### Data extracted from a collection
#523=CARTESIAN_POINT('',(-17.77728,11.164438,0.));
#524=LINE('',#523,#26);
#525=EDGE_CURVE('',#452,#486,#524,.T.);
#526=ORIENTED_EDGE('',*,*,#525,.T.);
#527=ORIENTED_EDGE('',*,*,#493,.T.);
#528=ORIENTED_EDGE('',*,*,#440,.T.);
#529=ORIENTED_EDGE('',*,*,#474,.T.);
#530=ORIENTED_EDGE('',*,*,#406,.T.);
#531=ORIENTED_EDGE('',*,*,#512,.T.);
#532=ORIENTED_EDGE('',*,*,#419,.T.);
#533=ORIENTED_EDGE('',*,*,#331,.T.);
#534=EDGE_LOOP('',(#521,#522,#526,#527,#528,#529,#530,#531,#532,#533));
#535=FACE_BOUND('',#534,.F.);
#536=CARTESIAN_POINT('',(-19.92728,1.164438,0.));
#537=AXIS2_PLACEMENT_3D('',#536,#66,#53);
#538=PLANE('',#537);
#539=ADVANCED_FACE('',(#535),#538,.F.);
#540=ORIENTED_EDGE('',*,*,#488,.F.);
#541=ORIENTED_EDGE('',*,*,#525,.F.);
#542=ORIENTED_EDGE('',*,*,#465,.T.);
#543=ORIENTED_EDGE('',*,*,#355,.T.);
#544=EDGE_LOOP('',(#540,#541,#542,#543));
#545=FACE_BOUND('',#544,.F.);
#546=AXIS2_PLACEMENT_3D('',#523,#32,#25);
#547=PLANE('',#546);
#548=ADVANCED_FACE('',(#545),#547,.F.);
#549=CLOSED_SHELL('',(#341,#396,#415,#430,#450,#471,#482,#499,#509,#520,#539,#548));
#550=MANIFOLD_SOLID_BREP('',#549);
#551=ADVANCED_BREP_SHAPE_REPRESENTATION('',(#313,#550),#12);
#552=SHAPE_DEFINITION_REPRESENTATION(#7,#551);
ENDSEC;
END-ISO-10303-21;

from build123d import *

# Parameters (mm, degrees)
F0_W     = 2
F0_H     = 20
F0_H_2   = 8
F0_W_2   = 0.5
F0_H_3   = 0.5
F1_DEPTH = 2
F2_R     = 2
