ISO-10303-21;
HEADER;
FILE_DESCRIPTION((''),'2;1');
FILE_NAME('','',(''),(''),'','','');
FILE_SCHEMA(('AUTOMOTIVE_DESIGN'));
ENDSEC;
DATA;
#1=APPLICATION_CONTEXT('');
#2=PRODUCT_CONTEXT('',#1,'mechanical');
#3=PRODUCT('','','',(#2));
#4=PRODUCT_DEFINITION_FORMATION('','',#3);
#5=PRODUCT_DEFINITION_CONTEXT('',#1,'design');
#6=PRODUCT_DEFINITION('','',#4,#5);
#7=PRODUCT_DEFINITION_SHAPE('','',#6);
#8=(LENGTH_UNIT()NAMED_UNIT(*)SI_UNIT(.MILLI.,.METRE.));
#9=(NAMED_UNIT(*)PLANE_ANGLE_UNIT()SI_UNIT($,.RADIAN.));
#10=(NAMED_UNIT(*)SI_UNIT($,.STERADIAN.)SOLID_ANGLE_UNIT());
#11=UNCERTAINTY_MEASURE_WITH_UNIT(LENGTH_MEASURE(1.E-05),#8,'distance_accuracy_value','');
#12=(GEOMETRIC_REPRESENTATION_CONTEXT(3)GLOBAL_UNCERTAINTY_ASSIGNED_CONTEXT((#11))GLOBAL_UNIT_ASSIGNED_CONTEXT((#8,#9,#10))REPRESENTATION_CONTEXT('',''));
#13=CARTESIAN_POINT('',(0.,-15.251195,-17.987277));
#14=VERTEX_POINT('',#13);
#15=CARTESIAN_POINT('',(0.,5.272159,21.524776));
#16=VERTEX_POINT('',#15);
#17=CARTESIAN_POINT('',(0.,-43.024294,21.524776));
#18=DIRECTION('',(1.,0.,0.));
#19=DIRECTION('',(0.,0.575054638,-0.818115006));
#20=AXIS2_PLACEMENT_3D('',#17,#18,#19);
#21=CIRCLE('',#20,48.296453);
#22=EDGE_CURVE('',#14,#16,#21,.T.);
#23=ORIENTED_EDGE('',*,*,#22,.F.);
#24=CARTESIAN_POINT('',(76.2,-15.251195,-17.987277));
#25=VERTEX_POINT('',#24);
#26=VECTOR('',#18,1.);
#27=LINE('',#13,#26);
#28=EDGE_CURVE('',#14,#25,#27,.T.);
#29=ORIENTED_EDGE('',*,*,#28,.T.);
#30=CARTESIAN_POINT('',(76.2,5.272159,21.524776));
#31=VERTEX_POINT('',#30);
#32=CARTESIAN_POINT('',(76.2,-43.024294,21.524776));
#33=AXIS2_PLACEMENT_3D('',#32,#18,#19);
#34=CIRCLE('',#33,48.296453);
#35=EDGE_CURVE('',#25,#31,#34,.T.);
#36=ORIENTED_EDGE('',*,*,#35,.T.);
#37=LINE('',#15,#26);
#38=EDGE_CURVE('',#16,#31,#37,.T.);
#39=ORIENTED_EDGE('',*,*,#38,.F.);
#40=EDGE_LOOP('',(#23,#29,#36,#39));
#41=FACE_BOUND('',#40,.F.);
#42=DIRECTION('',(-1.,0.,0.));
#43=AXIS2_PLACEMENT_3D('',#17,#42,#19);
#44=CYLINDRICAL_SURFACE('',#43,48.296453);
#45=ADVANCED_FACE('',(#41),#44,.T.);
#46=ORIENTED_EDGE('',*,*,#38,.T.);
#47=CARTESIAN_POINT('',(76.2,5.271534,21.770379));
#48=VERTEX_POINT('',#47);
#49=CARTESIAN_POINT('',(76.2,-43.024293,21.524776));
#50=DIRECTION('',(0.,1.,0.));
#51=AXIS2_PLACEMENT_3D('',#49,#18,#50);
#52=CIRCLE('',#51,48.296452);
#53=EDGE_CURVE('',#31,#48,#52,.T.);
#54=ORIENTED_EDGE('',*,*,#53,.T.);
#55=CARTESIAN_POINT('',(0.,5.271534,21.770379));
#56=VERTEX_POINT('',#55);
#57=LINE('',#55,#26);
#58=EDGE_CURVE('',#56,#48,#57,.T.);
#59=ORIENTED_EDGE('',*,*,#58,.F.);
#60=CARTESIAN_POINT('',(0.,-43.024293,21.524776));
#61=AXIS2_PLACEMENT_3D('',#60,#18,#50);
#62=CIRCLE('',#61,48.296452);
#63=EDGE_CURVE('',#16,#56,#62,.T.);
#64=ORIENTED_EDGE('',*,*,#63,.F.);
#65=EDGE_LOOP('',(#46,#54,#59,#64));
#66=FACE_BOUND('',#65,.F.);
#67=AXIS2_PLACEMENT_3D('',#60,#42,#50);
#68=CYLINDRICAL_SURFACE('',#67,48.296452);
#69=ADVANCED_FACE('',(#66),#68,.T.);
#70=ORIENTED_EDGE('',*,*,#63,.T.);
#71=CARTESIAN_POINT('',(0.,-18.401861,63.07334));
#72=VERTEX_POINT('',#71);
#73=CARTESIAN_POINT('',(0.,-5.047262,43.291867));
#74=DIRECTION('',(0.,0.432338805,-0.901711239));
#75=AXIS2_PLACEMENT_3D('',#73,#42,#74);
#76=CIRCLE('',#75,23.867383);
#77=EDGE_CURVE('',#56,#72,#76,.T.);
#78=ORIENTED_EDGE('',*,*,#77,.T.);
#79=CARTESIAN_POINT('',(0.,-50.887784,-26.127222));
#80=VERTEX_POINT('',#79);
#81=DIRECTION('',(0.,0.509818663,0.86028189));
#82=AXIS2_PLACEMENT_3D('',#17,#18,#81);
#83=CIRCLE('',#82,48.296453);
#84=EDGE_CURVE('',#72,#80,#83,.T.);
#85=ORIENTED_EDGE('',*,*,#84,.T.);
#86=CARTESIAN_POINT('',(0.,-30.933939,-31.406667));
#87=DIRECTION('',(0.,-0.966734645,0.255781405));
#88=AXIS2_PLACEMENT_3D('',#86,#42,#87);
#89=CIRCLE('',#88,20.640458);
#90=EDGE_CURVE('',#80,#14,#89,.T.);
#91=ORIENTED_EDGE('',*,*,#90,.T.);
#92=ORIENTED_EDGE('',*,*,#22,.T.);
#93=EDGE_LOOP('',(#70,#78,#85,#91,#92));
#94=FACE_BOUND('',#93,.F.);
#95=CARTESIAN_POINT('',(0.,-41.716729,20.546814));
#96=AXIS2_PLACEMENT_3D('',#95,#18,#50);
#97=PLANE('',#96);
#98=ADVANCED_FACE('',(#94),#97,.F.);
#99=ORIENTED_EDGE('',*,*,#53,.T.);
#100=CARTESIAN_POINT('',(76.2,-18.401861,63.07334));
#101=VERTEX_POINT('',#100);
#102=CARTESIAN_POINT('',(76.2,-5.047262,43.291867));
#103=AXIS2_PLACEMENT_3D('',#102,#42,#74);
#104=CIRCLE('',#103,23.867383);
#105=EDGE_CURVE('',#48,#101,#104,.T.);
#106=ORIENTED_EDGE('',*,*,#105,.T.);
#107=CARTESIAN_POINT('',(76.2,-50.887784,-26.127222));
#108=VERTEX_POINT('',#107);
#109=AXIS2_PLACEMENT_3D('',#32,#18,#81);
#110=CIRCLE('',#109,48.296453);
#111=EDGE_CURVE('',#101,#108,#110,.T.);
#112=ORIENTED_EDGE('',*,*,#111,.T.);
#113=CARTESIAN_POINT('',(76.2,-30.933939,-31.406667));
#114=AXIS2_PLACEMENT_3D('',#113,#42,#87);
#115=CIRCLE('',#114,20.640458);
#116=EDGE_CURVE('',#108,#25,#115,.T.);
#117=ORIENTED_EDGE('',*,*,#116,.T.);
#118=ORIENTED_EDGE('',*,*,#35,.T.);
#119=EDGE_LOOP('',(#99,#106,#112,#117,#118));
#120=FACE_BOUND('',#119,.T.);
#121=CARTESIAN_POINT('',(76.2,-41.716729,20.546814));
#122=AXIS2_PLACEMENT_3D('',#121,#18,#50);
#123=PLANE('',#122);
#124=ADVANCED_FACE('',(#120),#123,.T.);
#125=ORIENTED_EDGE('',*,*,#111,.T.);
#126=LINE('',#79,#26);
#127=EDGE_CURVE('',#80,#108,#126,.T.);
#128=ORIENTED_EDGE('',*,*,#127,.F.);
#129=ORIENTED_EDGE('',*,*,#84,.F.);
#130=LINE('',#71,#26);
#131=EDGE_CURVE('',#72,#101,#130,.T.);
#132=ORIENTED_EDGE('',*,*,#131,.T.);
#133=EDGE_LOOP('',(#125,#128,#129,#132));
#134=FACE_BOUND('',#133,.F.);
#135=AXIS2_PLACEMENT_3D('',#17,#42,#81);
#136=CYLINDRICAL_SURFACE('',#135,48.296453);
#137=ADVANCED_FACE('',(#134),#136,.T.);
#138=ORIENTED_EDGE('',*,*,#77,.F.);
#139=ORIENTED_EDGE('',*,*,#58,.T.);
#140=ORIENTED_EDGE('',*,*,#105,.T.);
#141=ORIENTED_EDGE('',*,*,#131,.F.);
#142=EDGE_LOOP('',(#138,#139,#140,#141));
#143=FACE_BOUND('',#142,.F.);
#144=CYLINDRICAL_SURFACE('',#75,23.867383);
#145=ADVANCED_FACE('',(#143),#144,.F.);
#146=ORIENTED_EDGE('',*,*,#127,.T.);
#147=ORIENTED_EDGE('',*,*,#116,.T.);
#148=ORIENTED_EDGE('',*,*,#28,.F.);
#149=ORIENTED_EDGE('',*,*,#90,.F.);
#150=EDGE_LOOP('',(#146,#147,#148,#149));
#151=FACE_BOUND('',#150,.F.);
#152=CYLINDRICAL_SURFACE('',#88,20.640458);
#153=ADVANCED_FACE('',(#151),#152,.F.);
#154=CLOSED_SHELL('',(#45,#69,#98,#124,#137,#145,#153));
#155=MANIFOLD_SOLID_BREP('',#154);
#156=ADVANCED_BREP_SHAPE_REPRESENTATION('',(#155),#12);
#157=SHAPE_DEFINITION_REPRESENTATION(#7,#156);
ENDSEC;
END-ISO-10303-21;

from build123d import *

# Parameters (mm, degrees)
F1_DEPTH = 76.2


with BuildPart() as f1:
    # F0 (on Right) → F1 (new body)
    with BuildSketch(Plane.YZ):
        with BuildLine():
            ThreePointArc((-50.8877843666, -26.1272218461), (-35.5301604305, -11.2844595025), (-15.2511948734, -17.9872770357))
            ThreePointArc((-15.2511948734, -17.9872770357), (-0.1647004468, -0.7373577806), (5.2721587586, 21.5247757733))
            ThreePointArc((5.2721587586, 21.5247757733), (5.2720026358, 21.6475777712), (5.2715342684, 21.7703789752))
            ThreePointArc((5.2715342684, 21.7703789752), (-25.7544503942, 31.4232390217), (-18.4018610728, 63.0733395213))
            ThreePointArc((-18.4018610728, 63.0733395213), (-88.4049130397, 38.0519285625), (-50.8877843666, -26.1272218461))
        make_face()
    extrude(amount=F1_DEPTH)


solid = f1.part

### REQUIRED WORK
An exact copy of the lines above between the line holding "#82=AXIS2_PLACEMENT_3D('',#17,#18,#81);" and the line holding "#90=EDGE_CURVE('',#80,#14,#89,.T.);", inclusive, is the whole answer.

### SOLUTION BELOW
#82=AXIS2_PLACEMENT_3D('',#17,#18,#81);
#83=CIRCLE('',#82,48.296453);
#84=EDGE_CURVE('',#72,#80,#83,.T.);
#85=ORIENTED_EDGE('',*,*,#84,.T.);
#86=CARTESIAN_POINT('',(0.,-30.933939,-31.406667));
#87=DIRECTION('',(0.,-0.966734645,0.255781405));
#88=AXIS2_PLACEMENT_3D('',#86,#42,#87);
#89=CIRCLE('',#88,20.640458);
#90=EDGE_CURVE('',#80,#14,#89,.T.);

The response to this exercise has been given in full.